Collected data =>
***
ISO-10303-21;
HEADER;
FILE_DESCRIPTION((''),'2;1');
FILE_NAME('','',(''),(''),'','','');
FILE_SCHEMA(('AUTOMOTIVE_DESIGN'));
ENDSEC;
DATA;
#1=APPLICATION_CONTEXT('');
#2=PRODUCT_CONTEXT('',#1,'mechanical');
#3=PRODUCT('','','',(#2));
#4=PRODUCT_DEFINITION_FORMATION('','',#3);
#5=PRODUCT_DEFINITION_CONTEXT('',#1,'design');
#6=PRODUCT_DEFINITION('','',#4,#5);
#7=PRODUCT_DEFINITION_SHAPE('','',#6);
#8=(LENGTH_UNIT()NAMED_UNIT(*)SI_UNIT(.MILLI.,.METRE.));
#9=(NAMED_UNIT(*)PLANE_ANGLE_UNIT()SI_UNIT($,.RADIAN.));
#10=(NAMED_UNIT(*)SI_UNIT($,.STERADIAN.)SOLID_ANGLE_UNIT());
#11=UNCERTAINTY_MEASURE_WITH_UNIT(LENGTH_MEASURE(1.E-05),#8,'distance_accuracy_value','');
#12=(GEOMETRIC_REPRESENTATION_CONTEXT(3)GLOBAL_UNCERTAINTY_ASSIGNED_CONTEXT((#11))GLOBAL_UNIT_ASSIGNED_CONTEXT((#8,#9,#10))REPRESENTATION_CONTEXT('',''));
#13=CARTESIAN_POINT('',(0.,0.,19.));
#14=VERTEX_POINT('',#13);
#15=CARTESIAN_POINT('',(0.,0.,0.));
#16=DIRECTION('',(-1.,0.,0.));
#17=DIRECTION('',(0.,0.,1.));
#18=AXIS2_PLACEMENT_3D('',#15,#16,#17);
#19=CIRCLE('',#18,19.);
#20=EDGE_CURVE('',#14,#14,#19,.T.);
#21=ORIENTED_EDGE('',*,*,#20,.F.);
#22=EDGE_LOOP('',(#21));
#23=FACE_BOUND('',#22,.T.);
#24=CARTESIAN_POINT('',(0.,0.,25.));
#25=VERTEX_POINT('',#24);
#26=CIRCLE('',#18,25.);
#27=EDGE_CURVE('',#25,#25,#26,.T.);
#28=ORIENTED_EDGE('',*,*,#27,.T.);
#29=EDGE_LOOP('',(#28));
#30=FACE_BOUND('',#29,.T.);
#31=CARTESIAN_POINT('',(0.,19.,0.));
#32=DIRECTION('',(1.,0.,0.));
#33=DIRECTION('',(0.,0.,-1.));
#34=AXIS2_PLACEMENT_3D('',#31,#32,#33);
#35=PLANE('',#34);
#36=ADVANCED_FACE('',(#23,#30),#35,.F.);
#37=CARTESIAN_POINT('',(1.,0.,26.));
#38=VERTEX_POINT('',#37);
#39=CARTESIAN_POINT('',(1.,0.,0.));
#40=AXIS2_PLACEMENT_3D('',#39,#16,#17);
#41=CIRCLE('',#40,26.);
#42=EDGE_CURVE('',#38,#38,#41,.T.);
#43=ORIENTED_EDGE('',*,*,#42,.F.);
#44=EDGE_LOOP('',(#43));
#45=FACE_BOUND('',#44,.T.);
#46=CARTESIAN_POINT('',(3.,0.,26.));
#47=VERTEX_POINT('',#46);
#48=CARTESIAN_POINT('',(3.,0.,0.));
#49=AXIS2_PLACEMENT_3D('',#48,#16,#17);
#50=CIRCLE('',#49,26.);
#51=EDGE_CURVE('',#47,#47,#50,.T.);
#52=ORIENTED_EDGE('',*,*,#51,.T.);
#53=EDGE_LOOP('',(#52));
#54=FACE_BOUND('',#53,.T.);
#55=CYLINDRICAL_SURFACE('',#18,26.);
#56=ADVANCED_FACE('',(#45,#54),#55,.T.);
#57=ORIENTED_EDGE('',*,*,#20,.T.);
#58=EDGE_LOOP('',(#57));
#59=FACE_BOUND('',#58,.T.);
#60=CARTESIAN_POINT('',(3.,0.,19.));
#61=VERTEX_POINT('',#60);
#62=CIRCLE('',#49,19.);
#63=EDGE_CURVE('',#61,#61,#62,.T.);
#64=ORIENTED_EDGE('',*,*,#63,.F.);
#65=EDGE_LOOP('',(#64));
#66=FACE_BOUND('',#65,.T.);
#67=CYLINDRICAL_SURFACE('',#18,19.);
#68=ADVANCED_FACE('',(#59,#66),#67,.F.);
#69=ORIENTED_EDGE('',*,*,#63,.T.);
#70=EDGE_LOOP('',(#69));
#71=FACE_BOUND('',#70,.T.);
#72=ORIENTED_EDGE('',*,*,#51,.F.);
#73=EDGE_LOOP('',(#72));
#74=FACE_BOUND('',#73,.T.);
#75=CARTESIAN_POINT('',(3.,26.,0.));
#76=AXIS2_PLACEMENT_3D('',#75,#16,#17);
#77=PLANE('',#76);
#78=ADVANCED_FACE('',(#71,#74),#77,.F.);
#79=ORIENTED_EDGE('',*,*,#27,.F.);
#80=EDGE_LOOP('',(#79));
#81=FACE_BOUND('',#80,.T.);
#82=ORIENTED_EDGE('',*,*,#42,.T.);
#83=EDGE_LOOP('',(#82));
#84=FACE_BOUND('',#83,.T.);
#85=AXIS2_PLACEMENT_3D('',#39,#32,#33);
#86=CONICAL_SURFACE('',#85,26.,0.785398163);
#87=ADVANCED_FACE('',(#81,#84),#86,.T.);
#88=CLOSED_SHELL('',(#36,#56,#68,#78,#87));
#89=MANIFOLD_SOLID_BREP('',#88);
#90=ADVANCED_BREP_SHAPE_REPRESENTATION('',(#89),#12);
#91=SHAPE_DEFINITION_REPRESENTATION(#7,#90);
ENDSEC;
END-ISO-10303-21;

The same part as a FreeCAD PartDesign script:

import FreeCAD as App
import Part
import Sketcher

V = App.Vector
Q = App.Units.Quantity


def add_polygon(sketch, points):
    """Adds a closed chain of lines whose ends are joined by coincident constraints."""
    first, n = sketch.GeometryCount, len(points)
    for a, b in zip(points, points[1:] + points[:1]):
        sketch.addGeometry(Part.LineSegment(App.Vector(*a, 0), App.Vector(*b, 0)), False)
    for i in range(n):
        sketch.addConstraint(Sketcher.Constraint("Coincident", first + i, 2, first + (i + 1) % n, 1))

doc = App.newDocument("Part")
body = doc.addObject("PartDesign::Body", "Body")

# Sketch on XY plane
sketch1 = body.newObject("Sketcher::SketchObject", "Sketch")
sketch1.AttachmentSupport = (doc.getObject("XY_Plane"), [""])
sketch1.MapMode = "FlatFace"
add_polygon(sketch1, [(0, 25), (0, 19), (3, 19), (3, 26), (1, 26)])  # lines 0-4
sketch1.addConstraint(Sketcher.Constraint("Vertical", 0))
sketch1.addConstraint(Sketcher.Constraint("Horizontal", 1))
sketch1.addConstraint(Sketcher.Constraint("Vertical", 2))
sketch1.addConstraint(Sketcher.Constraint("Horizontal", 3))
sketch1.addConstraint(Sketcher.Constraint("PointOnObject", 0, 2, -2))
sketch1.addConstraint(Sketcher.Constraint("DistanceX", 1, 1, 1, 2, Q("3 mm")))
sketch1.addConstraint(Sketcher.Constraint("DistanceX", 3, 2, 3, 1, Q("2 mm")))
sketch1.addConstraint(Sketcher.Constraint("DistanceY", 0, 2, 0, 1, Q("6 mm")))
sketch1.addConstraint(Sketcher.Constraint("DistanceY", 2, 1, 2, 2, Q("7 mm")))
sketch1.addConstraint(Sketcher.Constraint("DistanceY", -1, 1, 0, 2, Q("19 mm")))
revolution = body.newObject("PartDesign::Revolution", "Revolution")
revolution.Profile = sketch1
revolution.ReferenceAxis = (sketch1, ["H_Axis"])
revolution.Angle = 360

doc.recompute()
***
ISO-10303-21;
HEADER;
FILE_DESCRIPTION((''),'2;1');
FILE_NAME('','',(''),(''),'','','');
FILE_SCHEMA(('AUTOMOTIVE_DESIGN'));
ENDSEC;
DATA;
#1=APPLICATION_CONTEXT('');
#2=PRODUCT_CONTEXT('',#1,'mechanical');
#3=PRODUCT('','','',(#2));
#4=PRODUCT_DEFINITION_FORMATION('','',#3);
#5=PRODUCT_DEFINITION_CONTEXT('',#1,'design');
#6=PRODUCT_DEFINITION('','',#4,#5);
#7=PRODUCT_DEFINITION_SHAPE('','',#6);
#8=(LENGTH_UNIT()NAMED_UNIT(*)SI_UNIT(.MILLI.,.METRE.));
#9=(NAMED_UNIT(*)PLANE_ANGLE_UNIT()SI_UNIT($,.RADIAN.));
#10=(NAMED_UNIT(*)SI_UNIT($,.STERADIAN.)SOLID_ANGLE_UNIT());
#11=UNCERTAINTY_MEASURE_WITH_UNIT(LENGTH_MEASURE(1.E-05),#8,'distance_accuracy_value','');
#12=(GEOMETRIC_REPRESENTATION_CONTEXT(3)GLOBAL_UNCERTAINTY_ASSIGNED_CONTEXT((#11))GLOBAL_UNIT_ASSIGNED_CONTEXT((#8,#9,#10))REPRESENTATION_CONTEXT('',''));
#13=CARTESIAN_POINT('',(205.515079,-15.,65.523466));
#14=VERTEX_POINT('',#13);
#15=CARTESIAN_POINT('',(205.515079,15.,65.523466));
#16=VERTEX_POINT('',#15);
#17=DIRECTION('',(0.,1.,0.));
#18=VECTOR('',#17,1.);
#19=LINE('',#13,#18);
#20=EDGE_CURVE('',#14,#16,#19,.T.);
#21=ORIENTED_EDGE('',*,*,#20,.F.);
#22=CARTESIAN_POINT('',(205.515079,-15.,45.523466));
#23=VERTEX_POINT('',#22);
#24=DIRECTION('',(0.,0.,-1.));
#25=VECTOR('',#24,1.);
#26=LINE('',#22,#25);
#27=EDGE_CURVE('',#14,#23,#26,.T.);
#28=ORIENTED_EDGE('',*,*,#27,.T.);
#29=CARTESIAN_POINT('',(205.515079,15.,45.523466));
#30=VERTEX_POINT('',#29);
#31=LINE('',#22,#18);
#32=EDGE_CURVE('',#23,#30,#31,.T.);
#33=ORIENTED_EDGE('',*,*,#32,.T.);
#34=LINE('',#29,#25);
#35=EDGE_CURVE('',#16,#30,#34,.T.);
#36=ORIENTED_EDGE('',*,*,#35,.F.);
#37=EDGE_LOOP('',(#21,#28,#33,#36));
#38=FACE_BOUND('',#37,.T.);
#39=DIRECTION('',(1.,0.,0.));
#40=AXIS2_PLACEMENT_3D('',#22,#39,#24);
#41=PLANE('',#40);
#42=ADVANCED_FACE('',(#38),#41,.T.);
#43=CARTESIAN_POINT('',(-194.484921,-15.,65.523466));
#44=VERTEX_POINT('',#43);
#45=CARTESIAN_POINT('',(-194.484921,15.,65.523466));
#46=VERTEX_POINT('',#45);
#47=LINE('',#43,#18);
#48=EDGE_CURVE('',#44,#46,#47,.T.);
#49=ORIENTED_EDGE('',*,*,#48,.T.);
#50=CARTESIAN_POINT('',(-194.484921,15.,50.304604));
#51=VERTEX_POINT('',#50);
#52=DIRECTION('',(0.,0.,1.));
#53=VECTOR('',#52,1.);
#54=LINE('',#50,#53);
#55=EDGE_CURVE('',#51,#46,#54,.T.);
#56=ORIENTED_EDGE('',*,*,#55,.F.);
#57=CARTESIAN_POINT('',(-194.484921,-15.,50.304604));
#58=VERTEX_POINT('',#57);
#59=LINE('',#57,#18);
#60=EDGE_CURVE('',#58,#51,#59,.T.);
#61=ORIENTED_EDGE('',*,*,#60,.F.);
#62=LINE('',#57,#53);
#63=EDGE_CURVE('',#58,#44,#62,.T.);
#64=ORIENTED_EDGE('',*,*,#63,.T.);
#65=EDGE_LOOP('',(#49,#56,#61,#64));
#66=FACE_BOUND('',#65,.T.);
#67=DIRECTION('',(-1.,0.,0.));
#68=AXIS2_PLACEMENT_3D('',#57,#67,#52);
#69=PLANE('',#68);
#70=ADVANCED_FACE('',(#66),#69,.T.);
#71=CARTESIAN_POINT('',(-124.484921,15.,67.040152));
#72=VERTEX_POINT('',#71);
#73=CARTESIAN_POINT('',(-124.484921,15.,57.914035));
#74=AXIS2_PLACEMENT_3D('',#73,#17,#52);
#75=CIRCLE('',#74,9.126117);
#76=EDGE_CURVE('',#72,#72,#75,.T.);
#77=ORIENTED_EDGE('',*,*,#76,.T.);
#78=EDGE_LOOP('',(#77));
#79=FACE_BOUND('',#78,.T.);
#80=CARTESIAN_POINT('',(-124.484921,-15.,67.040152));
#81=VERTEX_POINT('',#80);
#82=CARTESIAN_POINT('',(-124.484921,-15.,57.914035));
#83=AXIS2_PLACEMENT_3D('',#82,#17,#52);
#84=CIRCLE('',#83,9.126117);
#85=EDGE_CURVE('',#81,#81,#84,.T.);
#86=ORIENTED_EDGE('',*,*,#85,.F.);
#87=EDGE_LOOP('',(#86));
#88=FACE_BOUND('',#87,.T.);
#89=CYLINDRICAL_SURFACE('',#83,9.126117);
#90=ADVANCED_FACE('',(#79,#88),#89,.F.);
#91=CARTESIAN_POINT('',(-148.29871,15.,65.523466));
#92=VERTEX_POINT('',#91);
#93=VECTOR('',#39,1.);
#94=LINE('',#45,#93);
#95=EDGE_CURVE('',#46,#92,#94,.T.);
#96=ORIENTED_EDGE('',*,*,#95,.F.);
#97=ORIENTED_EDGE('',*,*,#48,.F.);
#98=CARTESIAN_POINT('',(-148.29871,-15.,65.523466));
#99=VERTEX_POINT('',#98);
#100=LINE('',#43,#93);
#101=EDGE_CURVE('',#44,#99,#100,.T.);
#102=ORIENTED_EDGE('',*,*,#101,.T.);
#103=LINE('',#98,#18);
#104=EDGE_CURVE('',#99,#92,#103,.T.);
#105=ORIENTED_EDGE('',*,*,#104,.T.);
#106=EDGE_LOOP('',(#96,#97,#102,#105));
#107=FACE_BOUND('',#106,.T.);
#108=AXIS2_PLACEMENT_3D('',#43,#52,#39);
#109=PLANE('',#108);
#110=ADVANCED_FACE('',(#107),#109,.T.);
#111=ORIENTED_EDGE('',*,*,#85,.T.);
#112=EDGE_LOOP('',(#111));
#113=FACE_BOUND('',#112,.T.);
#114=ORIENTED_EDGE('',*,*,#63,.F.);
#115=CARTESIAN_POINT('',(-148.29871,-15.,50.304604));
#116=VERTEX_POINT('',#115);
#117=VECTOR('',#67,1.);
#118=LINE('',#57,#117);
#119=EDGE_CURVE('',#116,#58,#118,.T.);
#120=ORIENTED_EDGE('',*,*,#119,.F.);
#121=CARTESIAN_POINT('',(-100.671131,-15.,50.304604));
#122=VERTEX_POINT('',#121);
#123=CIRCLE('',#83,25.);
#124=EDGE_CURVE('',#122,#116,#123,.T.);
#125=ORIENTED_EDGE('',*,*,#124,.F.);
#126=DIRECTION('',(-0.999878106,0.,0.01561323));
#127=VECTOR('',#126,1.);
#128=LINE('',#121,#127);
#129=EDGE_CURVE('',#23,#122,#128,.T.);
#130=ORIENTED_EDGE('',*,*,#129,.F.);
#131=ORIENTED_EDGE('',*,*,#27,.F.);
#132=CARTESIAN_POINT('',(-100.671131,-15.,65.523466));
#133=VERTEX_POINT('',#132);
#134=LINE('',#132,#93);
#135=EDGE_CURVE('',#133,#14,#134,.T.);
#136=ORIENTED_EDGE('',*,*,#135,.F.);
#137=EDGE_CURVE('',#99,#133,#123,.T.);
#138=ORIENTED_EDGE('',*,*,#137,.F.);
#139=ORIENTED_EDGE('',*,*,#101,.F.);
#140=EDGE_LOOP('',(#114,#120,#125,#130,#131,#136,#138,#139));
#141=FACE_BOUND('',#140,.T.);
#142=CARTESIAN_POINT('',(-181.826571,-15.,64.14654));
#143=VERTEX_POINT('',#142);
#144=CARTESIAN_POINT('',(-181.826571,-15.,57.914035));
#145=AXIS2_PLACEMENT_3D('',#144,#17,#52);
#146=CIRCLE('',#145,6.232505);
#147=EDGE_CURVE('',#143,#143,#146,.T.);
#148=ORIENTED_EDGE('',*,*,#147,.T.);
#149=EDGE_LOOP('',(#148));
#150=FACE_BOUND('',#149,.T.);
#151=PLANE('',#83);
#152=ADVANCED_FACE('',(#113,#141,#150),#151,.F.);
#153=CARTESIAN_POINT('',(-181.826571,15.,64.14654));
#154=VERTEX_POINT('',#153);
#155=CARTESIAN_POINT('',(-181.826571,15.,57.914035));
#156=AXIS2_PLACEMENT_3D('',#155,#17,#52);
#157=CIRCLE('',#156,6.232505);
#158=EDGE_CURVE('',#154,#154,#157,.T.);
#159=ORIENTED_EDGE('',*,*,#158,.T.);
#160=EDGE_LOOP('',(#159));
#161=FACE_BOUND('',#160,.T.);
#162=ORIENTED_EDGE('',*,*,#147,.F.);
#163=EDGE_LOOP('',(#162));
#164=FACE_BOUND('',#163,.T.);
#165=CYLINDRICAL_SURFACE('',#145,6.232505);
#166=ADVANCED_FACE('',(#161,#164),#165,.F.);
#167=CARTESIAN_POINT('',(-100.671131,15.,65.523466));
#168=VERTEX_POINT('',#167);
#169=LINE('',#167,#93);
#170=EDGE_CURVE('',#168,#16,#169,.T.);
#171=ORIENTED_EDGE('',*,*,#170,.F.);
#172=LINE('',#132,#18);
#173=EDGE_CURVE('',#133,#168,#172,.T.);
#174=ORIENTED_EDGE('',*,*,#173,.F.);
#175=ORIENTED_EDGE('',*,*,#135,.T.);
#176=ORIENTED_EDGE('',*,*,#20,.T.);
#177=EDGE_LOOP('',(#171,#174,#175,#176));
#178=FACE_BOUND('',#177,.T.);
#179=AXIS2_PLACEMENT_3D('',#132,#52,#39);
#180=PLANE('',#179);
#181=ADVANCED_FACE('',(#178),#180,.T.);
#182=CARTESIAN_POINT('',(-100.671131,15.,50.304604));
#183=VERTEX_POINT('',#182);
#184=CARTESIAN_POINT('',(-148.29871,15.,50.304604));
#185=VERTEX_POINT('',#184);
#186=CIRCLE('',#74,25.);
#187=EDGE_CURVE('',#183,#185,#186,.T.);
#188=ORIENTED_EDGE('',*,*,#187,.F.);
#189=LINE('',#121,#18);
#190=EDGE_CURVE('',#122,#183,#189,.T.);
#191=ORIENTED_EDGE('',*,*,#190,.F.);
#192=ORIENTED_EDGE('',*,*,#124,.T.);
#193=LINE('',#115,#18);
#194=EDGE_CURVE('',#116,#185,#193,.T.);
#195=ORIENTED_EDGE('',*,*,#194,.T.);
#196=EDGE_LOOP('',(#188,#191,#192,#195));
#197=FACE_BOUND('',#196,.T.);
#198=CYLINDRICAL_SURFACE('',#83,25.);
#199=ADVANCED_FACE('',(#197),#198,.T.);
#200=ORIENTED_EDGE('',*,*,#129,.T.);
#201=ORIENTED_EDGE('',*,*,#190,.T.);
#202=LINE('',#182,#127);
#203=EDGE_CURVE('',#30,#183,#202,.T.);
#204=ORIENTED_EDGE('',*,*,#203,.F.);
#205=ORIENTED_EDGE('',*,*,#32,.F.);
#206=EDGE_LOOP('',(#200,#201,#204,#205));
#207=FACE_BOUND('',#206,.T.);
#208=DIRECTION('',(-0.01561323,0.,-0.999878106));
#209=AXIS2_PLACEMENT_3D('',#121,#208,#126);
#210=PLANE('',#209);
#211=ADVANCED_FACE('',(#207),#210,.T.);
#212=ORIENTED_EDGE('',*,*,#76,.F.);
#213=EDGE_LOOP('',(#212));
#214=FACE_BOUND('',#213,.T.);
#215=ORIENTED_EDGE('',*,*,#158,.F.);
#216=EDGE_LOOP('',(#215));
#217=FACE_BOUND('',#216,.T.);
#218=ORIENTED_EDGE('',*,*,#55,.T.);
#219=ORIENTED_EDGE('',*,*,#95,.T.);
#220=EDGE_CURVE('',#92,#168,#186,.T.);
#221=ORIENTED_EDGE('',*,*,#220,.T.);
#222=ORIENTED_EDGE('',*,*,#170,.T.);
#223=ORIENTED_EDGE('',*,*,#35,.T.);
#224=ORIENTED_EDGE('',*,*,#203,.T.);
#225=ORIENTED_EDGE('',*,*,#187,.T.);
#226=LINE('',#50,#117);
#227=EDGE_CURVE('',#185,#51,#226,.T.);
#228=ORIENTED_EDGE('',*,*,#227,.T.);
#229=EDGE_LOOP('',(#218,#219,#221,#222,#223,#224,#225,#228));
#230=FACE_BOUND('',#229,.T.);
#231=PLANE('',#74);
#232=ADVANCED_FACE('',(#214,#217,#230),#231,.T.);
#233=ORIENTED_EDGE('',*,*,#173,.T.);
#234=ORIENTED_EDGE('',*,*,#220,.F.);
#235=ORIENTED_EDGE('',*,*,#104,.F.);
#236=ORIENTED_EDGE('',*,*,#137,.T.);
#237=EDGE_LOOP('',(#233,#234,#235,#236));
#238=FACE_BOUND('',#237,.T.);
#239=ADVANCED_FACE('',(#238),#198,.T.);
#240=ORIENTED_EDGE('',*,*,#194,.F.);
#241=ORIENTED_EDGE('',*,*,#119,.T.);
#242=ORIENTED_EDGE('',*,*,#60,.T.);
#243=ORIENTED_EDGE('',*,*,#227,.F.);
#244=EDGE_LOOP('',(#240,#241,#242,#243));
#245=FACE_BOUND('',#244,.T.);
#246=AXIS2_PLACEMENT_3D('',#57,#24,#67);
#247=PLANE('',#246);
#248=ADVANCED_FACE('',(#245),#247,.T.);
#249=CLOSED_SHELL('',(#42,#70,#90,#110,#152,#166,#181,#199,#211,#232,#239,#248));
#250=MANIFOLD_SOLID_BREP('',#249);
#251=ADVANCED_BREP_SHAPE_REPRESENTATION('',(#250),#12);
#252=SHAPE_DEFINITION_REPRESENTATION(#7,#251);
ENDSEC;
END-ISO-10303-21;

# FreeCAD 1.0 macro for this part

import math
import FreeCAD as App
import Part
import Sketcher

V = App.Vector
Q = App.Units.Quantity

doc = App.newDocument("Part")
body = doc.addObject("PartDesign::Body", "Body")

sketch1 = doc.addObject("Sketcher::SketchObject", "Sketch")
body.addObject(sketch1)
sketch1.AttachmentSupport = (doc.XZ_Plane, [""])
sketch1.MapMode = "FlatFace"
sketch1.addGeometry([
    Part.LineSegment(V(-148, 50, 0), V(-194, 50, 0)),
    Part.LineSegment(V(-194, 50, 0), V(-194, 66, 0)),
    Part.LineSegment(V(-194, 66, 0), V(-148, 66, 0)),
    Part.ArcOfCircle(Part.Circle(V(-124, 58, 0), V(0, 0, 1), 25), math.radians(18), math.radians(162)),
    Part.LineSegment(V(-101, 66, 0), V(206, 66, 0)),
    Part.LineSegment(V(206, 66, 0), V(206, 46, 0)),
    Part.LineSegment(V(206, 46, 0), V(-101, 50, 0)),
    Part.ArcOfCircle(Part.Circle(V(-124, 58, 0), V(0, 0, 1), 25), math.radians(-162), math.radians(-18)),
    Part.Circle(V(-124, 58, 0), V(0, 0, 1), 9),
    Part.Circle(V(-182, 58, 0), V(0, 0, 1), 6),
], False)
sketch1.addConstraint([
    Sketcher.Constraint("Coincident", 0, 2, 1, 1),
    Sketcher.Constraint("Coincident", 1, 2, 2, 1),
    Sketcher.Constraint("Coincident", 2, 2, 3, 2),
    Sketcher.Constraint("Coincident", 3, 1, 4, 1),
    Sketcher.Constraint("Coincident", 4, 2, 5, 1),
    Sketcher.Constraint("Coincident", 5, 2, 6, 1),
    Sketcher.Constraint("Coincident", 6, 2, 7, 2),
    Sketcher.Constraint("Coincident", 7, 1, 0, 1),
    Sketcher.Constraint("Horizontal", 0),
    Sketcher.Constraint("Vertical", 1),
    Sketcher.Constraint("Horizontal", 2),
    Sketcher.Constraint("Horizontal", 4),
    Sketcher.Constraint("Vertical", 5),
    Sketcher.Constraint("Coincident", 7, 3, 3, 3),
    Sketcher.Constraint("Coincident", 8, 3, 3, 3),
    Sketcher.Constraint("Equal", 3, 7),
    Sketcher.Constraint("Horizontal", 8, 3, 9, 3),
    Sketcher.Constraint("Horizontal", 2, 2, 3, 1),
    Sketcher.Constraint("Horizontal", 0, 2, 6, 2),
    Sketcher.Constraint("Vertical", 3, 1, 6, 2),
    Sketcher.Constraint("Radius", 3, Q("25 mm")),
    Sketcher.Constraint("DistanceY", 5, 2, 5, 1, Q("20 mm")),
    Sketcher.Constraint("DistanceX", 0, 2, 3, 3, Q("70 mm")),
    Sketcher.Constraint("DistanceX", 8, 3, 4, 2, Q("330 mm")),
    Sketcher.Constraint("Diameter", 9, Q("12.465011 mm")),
***
A verbatim transcription is needed of the lines above, starting at the line with "#205=ORIENTED_EDGE('',*,*,#32,.F.);" and ending at the line with "#250=MANIFOLD_SOLID_BREP('',#249);", both included, and of nothing else.

Answer section =>
#205=ORIENTED_EDGE('',*,*,#32,.F.);
#206=EDGE_LOOP('',(#200,#201,#204,#205));
#207=FACE_BOUND('',#206,.T.);
#208=DIRECTION('',(-0.01561323,0.,-0.999878106));
#209=AXIS2_PLACEMENT_3D('',#121,#208,#126);
#210=PLANE('',#209);
#211=ADVANCED_FACE('',(#207),#210,.T.);
#212=ORIENTED_EDGE('',*,*,#76,.F.);
#213=EDGE_LOOP('',(#212));
#214=FACE_BOUND('',#213,.T.);
#215=ORIENTED_EDGE('',*,*,#158,.F.);
#216=EDGE_LOOP('',(#215));
#217=FACE_BOUND('',#216,.T.);
#218=ORIENTED_EDGE('',*,*,#55,.T.);
#219=ORIENTED_EDGE('',*,*,#95,.T.);
#220=EDGE_CURVE('',#92,#168,#186,.T.);
#221=ORIENTED_EDGE('',*,*,#220,.T.);
#222=ORIENTED_EDGE('',*,*,#170,.T.);
#223=ORIENTED_EDGE('',*,*,#35,.T.);
#224=ORIENTED_EDGE('',*,*,#203,.T.);
#225=ORIENTED_EDGE('',*,*,#187,.T.);
#226=LINE('',#50,#117);
#227=EDGE_CURVE('',#185,#51,#226,.T.);
#228=ORIENTED_EDGE('',*,*,#227,.T.);
#229=EDGE_LOOP('',(#218,#219,#221,#222,#223,#224,#225,#228));
#230=FACE_BOUND('',#229,.T.);
#231=PLANE('',#74);
#232=ADVANCED_FACE('',(#214,#217,#230),#231,.T.);
#233=ORIENTED_EDGE('',*,*,#173,.T.);
#234=ORIENTED_EDGE('',*,*,#220,.F.);
#235=ORIENTED_EDGE('',*,*,#104,.F.);
#236=ORIENTED_EDGE('',*,*,#137,.T.);
#237=EDGE_LOOP('',(#233,#234,#235,#236));
#238=FACE_BOUND('',#237,.T.);
#239=ADVANCED_FACE('',(#238),#198,.T.);
#240=ORIENTED_EDGE('',*,*,#194,.F.);
#241=ORIENTED_EDGE('',*,*,#119,.T.);
#242=ORIENTED_EDGE('',*,*,#60,.T.);
#243=ORIENTED_EDGE('',*,*,#227,.F.);
#244=EDGE_LOOP('',(#240,#241,#242,#243));
#245=FACE_BOUND('',#244,.T.);
#246=AXIS2_PLACEMENT_3D('',#57,#24,#67);
#247=PLANE('',#246);
#248=ADVANCED_FACE('',(#245),#247,.T.);
#249=CLOSED_SHELL('',(#42,#70,#90,#110,#152,#166,#181,#199,#211,#232,#239,#248));
#250=MANIFOLD_SOLID_BREP('',#249);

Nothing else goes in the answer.